#### What you should do
In the listing below, the line containing "#5=PRODUCT_DEFINITION_CONTEXT('',#1,'design');" marks the end; copy exactly every line from the first through that one.

(Extracted data)

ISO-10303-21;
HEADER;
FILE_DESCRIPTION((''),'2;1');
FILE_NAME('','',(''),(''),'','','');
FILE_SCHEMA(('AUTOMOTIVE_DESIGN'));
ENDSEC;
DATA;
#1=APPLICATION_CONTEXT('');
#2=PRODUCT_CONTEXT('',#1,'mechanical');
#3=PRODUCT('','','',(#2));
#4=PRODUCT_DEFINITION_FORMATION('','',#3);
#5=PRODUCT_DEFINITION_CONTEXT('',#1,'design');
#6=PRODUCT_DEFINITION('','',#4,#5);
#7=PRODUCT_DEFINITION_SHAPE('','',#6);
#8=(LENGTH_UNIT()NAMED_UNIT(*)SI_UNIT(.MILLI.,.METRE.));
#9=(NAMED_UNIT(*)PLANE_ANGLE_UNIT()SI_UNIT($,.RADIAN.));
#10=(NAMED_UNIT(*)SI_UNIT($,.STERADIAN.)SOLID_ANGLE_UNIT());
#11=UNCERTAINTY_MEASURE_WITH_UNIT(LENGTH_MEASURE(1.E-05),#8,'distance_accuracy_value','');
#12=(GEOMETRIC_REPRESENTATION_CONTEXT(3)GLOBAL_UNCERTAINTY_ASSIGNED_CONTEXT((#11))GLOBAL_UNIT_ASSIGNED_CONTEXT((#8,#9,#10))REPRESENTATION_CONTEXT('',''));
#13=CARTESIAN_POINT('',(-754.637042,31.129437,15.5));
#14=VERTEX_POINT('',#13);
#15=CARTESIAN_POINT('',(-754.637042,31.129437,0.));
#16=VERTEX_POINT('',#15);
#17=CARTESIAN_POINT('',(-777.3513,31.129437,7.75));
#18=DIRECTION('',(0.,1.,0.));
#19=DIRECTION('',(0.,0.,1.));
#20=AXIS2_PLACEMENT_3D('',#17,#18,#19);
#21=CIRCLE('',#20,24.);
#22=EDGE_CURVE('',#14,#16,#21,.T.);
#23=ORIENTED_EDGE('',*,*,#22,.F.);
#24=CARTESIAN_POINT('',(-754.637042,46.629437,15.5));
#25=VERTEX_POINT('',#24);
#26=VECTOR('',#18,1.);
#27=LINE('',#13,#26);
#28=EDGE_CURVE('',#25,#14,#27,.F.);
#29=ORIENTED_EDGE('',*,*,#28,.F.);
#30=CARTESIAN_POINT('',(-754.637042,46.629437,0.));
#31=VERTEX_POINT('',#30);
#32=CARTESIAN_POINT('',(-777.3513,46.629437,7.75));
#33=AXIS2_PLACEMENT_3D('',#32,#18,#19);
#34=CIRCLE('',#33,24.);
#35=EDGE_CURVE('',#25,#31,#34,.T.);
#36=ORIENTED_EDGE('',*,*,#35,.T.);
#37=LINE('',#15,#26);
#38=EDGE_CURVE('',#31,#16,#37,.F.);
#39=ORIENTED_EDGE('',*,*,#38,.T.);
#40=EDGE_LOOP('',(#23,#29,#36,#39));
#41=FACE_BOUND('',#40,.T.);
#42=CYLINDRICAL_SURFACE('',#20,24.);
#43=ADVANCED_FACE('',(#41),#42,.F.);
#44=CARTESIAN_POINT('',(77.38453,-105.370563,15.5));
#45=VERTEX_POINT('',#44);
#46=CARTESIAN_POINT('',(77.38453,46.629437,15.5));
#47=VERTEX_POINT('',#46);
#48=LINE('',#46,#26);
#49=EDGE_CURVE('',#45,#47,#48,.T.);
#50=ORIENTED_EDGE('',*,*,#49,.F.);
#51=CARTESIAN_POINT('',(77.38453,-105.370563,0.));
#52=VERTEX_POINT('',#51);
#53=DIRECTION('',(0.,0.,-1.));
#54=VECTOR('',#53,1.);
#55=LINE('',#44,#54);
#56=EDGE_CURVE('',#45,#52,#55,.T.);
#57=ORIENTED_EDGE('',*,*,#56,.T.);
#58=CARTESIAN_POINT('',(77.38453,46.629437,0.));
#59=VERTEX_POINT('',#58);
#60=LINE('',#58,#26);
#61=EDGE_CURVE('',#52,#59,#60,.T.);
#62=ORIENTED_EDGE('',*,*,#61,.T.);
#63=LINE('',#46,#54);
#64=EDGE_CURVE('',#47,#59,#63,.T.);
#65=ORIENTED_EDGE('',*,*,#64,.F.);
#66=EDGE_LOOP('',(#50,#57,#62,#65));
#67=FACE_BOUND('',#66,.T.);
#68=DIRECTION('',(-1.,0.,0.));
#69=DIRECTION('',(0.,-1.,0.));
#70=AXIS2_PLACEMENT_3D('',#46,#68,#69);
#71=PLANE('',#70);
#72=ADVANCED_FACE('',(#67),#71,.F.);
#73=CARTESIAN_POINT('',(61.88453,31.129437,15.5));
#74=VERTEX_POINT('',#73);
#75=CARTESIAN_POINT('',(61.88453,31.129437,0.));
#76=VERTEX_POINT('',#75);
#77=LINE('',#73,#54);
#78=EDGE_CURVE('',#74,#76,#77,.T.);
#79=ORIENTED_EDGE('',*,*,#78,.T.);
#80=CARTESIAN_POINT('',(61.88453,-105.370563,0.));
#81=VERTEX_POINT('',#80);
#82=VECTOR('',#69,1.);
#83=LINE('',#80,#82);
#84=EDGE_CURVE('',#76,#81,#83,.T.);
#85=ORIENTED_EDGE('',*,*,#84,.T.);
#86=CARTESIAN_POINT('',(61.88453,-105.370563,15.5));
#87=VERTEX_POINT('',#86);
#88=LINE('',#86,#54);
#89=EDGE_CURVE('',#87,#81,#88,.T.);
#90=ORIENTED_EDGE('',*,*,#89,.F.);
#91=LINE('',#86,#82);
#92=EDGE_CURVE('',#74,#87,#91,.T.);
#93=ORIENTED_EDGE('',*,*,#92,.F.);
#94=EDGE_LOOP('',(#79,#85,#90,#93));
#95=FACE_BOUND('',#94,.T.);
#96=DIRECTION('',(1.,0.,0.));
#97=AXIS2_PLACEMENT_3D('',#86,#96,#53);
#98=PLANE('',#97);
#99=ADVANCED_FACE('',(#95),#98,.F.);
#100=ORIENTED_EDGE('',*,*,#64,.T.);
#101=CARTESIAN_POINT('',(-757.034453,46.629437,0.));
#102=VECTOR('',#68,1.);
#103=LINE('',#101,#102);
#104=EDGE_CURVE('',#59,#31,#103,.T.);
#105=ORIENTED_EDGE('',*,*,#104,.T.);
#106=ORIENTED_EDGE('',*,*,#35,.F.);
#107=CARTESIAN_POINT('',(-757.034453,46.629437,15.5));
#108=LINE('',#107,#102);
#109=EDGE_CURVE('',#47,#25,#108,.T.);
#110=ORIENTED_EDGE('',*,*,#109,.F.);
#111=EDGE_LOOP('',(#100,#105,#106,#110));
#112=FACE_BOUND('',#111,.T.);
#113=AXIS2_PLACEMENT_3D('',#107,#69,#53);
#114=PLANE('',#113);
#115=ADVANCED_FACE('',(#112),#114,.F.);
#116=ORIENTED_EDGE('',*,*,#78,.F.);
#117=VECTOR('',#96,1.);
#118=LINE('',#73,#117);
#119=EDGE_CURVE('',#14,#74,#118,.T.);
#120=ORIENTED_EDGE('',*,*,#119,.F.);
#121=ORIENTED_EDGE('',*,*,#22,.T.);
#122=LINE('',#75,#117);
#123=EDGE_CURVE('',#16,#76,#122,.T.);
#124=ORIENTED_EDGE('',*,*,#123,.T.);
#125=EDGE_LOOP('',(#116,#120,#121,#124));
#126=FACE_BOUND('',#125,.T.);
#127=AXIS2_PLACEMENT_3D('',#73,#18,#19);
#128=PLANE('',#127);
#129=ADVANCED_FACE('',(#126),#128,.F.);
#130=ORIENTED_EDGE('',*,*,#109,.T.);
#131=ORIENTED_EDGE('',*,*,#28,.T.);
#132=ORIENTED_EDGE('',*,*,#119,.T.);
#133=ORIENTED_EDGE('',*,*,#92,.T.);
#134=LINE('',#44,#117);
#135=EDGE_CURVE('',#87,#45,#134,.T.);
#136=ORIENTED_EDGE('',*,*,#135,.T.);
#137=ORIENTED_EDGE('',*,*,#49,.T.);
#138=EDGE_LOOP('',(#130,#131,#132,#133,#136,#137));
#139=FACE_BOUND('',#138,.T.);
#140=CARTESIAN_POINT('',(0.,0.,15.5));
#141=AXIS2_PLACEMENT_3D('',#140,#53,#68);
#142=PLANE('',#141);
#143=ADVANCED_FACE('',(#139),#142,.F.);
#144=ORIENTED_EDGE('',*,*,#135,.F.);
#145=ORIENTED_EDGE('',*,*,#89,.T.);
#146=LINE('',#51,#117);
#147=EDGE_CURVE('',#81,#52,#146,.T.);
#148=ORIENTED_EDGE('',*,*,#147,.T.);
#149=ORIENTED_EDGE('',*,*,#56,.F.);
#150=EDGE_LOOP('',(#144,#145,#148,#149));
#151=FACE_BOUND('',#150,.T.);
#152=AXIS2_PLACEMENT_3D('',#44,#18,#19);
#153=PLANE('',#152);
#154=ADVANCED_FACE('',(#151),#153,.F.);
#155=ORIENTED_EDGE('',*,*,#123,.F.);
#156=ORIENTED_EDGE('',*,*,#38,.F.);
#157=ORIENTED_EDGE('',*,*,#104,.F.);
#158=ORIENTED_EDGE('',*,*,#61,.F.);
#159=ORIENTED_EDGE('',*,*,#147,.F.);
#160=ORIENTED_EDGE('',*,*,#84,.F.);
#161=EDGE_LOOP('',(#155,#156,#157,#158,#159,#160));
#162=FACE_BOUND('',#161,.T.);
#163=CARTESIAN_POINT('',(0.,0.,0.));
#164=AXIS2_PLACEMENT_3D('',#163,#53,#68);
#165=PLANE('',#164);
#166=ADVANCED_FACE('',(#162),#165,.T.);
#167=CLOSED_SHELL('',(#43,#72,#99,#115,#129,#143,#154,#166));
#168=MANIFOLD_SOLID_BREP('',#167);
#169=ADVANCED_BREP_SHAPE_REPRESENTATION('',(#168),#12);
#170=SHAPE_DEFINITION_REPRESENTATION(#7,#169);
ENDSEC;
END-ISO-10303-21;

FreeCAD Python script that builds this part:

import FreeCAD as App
import Part
import Sketcher
from FreeCAD import Vector
Q = App.Units.Quantity


def add_polygon(sketch, points):
    """Adds a closed chain of lines whose ends are joined by coincident constraints."""
    first, n = sketch.GeometryCount, len(points)
    for a, b in zip(points, points[1:] + points[:1]):
        sketch.addGeometry(Part.LineSegment(App.Vector(*a, 0), App.Vector(*b, 0)), False)
    for i in range(n):
        sketch.addConstraint(Sketcher.Constraint("Coincident", first + i, 2, first + (i + 1) % n, 1))

doc = App.newDocument("Part")
body = doc.addObject("PartDesign::Body", "Body")

sketch1 = body.newObject("Sketcher::SketchObject", "Sketch")
sketch1.AttachmentSupport = (doc.getObject("XY_Plane"), [""])
sketch1.MapMode = "FlatFace"
add_polygon(sketch1, [(61.88453, -105.370563), (77.38453, -105.370563), (77.38453, 46.629437), (-757.034453, 46.629437), (-757.034453, 31.129437), (61.88453, 31.129437)])
sketch1.addConstraint([
    Sketcher.Constraint("Horizontal", 0),
    Sketcher.Constraint("Vertical", 1),
    Sketcher.Constraint("Horizontal", 2),
    Sketcher.Constraint("Vertical", 3),
    Sketcher.Constraint("Horizontal", 4),
    Sketcher.Constraint("Vertical", 5),
    Sketcher.Constraint("Equal", 0, 3),
    Sketcher.Constraint("DistanceY", 1, 1, 1, 2, Q("152 mm")),
    Sketcher.Constraint("DistanceX", 0, 1, 0, 2, Q("15.5 mm")),
    Sketcher.Constraint("DistanceX", 2, 2, 2, 1, Q("834.418983 mm")),
    Sketcher.Constraint("DistanceX", -1, 1, 0, 2, Q("77.38453 mm")),
    Sketcher.Constraint("DistanceY", 0, 2, -1, 1, Q("105.370563 mm")),
])
pad1 = body.newObject("PartDesign::Pad", "Pad")
pad1.Profile = sketch1
pad1.Length = 15.5

sketch2 = body.newObject("Sketcher::SketchObject", "Sketch001")
sketch2.AttachmentSupport = (doc.getObject("XZ_Plane"), [""])
sketch2.MapMode = "FlatFace"
sketch2.AttachmentOffset = App.Placement(Vector(0, 0, -46.629437), App.Rotation())
sketch2.addGeometry(Part.Circle(Vector(-777.3513, 7.75, 0), Vector(0, 0, 1), 24), False)
sketch2.addConstraint([
    Sketcher.Constraint("Diameter", 0, Q("48 mm")),
    Sketcher.Constraint("DistanceY", -1, 1, 0, 3, Q("7.75 mm")),
    Sketcher.Constraint("DistanceX", 0, 3, -1, 1, Q("777.3513 mm")),
])
pocket1 = body.newObject("PartDesign::Pocket", "Pocket")
pocket1.Profile = sketch2
pocket1.Length = 15.5
pocket1.Reversed = True

doc.recompute()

(End Extracted data)

#### Solution for this task
ISO-10303-21;
HEADER;
FILE_DESCRIPTION((''),'2;1');
FILE_NAME('','',(''),(''),'','','');
FILE_SCHEMA(('AUTOMOTIVE_DESIGN'));
ENDSEC;
DATA;
#1=APPLICATION_CONTEXT('');
#2=PRODUCT_CONTEXT('',#1,'mechanical');
#3=PRODUCT('','','',(#2));
#4=PRODUCT_DEFINITION_FORMATION('','',#3);
#5=PRODUCT_DEFINITION_CONTEXT('',#1,'design');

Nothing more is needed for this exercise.